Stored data
######

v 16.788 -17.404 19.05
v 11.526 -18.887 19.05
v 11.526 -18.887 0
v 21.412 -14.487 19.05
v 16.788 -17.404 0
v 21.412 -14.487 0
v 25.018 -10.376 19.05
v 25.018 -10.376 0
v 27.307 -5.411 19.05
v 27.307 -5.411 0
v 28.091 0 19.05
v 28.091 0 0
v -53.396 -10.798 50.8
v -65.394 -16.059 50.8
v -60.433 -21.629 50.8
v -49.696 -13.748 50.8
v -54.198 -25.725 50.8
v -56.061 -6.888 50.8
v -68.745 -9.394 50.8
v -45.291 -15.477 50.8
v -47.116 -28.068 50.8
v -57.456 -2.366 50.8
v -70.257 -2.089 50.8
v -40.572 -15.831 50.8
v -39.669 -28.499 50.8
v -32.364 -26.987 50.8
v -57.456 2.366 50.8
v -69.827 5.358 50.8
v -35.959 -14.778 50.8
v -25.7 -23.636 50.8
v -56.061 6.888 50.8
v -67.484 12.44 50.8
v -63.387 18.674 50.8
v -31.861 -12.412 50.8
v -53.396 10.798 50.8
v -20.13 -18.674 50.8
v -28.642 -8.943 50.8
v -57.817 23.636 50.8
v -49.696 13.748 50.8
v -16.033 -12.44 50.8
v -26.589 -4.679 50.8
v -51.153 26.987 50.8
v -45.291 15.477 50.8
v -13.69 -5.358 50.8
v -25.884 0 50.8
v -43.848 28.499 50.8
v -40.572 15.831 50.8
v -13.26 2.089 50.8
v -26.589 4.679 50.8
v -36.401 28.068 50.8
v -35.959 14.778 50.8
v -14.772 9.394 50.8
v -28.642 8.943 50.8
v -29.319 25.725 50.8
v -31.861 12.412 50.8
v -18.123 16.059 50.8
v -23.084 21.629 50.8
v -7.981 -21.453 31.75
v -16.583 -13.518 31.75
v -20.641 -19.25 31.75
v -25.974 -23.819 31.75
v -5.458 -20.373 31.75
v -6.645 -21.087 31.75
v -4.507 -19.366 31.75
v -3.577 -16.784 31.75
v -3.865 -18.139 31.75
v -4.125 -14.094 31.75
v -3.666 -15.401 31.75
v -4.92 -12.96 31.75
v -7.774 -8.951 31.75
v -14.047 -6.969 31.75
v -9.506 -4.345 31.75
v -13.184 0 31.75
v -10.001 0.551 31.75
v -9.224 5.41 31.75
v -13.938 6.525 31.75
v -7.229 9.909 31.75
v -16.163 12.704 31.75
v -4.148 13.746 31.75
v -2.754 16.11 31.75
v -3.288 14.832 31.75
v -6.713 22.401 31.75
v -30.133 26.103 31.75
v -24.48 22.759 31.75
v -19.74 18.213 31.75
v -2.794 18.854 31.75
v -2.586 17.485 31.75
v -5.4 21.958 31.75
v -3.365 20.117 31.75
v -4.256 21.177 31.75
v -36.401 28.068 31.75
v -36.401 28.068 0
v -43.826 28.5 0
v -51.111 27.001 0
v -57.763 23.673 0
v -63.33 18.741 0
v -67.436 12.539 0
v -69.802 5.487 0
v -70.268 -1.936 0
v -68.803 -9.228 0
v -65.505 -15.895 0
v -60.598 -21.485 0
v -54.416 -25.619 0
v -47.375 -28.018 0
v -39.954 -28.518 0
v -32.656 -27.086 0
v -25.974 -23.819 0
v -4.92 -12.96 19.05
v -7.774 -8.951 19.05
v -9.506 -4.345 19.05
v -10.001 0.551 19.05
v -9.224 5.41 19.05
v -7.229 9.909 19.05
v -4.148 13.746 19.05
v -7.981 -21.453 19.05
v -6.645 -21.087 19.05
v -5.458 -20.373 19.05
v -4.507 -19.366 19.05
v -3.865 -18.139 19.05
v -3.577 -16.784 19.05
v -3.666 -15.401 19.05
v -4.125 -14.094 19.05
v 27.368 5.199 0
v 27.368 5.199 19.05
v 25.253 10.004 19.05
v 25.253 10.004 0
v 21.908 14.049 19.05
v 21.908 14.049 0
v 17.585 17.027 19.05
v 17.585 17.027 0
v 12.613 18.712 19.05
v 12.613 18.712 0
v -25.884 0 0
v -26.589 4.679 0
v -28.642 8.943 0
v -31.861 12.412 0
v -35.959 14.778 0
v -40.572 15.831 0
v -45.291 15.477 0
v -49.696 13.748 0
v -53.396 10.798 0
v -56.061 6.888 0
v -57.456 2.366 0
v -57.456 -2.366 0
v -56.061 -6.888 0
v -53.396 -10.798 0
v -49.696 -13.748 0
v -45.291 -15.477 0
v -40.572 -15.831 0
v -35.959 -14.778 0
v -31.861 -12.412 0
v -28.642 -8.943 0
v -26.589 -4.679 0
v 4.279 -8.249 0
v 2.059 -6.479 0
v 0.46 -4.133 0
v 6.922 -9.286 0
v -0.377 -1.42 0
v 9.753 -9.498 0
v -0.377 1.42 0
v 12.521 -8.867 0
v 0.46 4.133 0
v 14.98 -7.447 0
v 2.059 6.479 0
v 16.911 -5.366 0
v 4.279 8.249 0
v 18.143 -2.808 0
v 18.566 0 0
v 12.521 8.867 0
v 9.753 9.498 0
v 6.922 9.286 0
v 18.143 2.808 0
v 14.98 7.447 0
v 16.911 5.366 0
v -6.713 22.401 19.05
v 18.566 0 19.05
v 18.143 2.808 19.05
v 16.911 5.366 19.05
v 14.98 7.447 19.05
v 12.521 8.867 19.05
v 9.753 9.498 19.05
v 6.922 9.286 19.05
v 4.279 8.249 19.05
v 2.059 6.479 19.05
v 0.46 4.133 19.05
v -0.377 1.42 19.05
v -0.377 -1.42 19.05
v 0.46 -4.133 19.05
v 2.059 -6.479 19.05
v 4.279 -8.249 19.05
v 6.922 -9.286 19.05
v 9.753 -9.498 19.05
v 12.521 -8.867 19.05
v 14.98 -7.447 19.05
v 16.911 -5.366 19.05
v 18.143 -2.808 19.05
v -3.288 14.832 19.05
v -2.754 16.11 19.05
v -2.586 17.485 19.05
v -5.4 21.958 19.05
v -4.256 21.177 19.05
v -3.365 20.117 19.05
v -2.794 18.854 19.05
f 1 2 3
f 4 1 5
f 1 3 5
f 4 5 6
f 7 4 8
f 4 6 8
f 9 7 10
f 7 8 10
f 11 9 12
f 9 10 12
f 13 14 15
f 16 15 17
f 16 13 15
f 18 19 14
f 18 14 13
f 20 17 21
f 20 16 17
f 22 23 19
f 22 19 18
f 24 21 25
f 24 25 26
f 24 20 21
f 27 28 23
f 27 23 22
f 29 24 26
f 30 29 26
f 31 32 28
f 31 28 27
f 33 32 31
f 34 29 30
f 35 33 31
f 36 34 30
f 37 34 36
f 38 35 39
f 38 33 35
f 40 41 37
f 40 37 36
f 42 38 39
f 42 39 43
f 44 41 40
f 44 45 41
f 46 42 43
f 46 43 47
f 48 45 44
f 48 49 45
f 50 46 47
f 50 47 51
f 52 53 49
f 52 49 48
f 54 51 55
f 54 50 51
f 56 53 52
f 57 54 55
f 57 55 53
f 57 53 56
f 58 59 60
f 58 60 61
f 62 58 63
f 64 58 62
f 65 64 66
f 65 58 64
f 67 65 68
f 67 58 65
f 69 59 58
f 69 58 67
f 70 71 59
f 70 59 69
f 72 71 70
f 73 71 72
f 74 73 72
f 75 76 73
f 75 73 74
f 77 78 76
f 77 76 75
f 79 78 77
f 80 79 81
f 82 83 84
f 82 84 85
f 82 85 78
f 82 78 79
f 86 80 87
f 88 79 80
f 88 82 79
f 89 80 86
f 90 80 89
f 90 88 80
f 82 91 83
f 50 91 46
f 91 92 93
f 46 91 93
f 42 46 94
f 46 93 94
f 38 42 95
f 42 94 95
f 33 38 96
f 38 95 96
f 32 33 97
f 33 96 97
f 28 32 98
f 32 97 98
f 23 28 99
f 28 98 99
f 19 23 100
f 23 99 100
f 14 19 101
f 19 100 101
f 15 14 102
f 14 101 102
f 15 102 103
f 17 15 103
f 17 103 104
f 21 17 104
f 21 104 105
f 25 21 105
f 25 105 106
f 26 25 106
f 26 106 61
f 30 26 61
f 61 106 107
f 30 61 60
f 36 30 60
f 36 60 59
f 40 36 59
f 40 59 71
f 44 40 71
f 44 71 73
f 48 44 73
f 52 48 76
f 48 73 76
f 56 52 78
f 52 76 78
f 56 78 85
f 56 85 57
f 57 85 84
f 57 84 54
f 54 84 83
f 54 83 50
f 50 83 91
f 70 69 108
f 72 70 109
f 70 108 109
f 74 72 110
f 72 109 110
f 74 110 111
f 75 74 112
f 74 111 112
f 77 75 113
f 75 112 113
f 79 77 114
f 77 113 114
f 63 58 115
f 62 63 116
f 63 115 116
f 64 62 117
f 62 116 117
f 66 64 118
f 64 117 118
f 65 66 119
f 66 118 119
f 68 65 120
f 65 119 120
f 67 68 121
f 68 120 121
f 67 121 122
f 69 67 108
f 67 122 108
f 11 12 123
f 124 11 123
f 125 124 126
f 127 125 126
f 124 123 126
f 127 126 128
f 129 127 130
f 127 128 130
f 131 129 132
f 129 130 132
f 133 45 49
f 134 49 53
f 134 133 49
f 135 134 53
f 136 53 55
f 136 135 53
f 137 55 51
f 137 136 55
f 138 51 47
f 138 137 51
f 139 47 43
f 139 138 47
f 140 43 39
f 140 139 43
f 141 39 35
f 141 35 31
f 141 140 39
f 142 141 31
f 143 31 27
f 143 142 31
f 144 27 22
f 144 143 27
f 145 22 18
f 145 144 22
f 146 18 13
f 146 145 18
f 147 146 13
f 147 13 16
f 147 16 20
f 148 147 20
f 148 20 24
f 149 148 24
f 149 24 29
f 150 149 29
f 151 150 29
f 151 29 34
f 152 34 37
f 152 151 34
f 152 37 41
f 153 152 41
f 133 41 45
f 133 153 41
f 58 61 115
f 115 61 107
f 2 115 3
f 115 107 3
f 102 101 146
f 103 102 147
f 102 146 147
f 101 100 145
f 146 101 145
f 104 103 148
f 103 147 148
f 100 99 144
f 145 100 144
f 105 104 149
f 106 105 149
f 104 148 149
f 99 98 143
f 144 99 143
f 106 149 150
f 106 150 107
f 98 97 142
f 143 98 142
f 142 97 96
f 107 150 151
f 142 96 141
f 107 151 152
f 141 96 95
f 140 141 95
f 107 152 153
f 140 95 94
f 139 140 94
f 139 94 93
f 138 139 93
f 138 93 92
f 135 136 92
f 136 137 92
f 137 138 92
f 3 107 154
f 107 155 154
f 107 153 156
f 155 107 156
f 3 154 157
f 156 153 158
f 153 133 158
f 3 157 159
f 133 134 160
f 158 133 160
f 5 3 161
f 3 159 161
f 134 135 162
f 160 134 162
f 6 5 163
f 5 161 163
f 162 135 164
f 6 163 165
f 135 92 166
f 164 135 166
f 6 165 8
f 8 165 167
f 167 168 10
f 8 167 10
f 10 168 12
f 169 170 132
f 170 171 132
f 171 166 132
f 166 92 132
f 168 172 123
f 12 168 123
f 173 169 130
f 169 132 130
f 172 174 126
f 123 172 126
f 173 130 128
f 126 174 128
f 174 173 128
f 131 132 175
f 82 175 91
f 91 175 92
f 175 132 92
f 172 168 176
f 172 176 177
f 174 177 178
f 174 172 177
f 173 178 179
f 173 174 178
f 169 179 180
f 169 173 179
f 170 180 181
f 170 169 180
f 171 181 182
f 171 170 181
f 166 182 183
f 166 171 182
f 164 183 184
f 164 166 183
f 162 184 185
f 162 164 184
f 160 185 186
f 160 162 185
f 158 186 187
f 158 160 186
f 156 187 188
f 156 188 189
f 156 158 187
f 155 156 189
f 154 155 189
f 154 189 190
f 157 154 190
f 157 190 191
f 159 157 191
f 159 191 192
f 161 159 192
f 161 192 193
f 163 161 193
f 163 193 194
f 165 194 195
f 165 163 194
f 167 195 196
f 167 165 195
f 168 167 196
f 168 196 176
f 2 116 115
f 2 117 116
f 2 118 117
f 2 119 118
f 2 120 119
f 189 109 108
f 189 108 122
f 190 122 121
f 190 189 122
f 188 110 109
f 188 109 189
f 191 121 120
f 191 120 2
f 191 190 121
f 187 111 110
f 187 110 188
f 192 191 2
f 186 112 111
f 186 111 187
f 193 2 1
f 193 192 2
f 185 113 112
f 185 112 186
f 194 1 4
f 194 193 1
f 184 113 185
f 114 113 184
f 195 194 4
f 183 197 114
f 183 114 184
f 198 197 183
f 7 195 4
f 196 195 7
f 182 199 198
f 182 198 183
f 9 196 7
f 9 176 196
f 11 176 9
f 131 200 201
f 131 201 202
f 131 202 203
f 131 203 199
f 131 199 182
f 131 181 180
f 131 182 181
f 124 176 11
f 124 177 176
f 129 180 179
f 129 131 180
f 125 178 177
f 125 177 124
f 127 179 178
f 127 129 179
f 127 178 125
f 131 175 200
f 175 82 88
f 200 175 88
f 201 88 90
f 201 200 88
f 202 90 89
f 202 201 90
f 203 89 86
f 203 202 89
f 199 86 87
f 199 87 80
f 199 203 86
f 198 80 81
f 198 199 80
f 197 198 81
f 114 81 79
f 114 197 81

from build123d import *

# Parameters (mm, degrees)
F0_R        = 15.875
F1_DEPTH    = 50.8
F2_DEPTH    = 31.75
F0_R_2      = 9.525
F3_DEPTH    = 19.05
F4_T1_DEPTH = 61.8868884968


# Not quite as in the source:
# - a fillet or chamfer that OpenCascade refuses, or shapes differently, is made with other operations: its cross-section is extruded or revolved along the edge and cut away or added


with BuildPart() as f1:
    # F0 (on Top) → F1 (new body)
    with BuildSketch(Plane.XY):
        with BuildLine():
            ThreePointArc((-25.9736086209, -23.8194207925), (-16.5833436809, -13.5180364382), (-13.1835957324, 0))
            ThreePointArc((-13.1835957324, 0), (-19.7400794655, 18.2130603251), (-36.4007832324, 28.0682110263))
            ThreePointArc((-36.4007832324, 28.0682110263), (-69.7735217146, -5.6297910447), (-25.9736086209, -23.8194207925))
        make_face()
        with Locations((-41.7585957324, 0)):
            Circle(F0_R, mode=Mode.SUBTRACT)
    extrude(amount=F1_DEPTH)

    # F0 (on Top) → F2 (join)
    with BuildSketch(Plane.XY):
        with BuildLine():
            ThreePointArc((-36.4007832324, 28.0682110263), (-19.7400794655, 18.2130603251), (-13.1835957324, 0))
            ThreePointArc((-13.1835957324, 0), (-16.5833436809, -13.5180364382), (-25.9736086209, -23.8194207925))
            Line((-25.9736086209, -23.8194207925), (11.5255643148, -18.8873356739))
            ThreePointArc((11.5255643148, -18.8873356739), (-10.0006293875, 0.5508668403), (12.6132792676, 18.7121406842))
            Line((12.6132792676, 18.7121406842), (-36.4007832324, 28.0682110263))
        make_face()
    extrude(amount=F2_DEPTH)

    # F0 (on Top) → F3 (join)
    with BuildSketch(Plane.XY):
        with BuildLine():
            ThreePointArc((28.0914042676, 0), (23.7204151122, 12.1420402167), (12.6132792676, 18.7121406842))
            ThreePointArc((12.6132792676, 18.7121406842), (-10.0006293875, 0.5508668403), (11.5255643148, -18.8873356739))
            ThreePointArc((11.5255643148, -18.8873356739), (23.3631665352, -12.5614340563), (28.0914042676, 0))
        make_face()
        with Locations((9.0414042676, 0)):
            Circle(F0_R_2, mode=Mode.SUBTRACT)
    extrude(amount=F3_DEPTH)

    # F4: fillet of radius 5.08 on 2 edges, made by hand

    # F4_s2 → F4_t1 (cut)
    with BuildSketch(Plane.XY.offset(19.05)):
        with BuildLine():
            ThreePointArc((-6.7125365301, 22.4011573214), (-2.7943533432, 18.8544597398), (-4.147891099, 13.7457261624))
            ThreePointArc((-4.147891099, 13.7457261624), (3.6293795146, 18.265061951), (12.6132792676, 18.7121406842))
            Line((12.6132792676, 18.7121406842), (-6.7125365301, 22.4011573214))
        make_face()
        with BuildLine():
            ThreePointArc((-7.9811920904, -21.4529651384), (-3.8645283867, -18.1387075787), (-4.9204686565, -12.9602702306))
            ThreePointArc((-4.9204686565, -12.9602702306), (2.5825344428, -17.921648936), (11.5255643148, -18.8873356739))
            Line((11.5255643148, -18.8873356739), (-7.9811920904, -21.4529651384))
        make_face()
    extrude(amount=F4_T1_DEPTH, mode=Mode.SUBTRACT)


solid = f1.part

######

Assigned task
In the entries above, find the line holding "v -4.148 13.746 19.05" and the line holding "v 25.253 10.004 19.05", then retype exactly those two lines and every line between them, and nothing else.

Output
v -4.148 13.746 19.05
v -7.981 -21.453 19.05
v -6.645 -21.087 19.05
v -5.458 -20.373 19.05
v -4.507 -19.366 19.05
v -3.865 -18.139 19.05
v -3.577 -16.784 19.05
v -3.666 -15.401 19.05
v -4.125 -14.094 19.05
v 27.368 5.199 0
v 27.368 5.199 19.05
v 25.253 10.004 19.05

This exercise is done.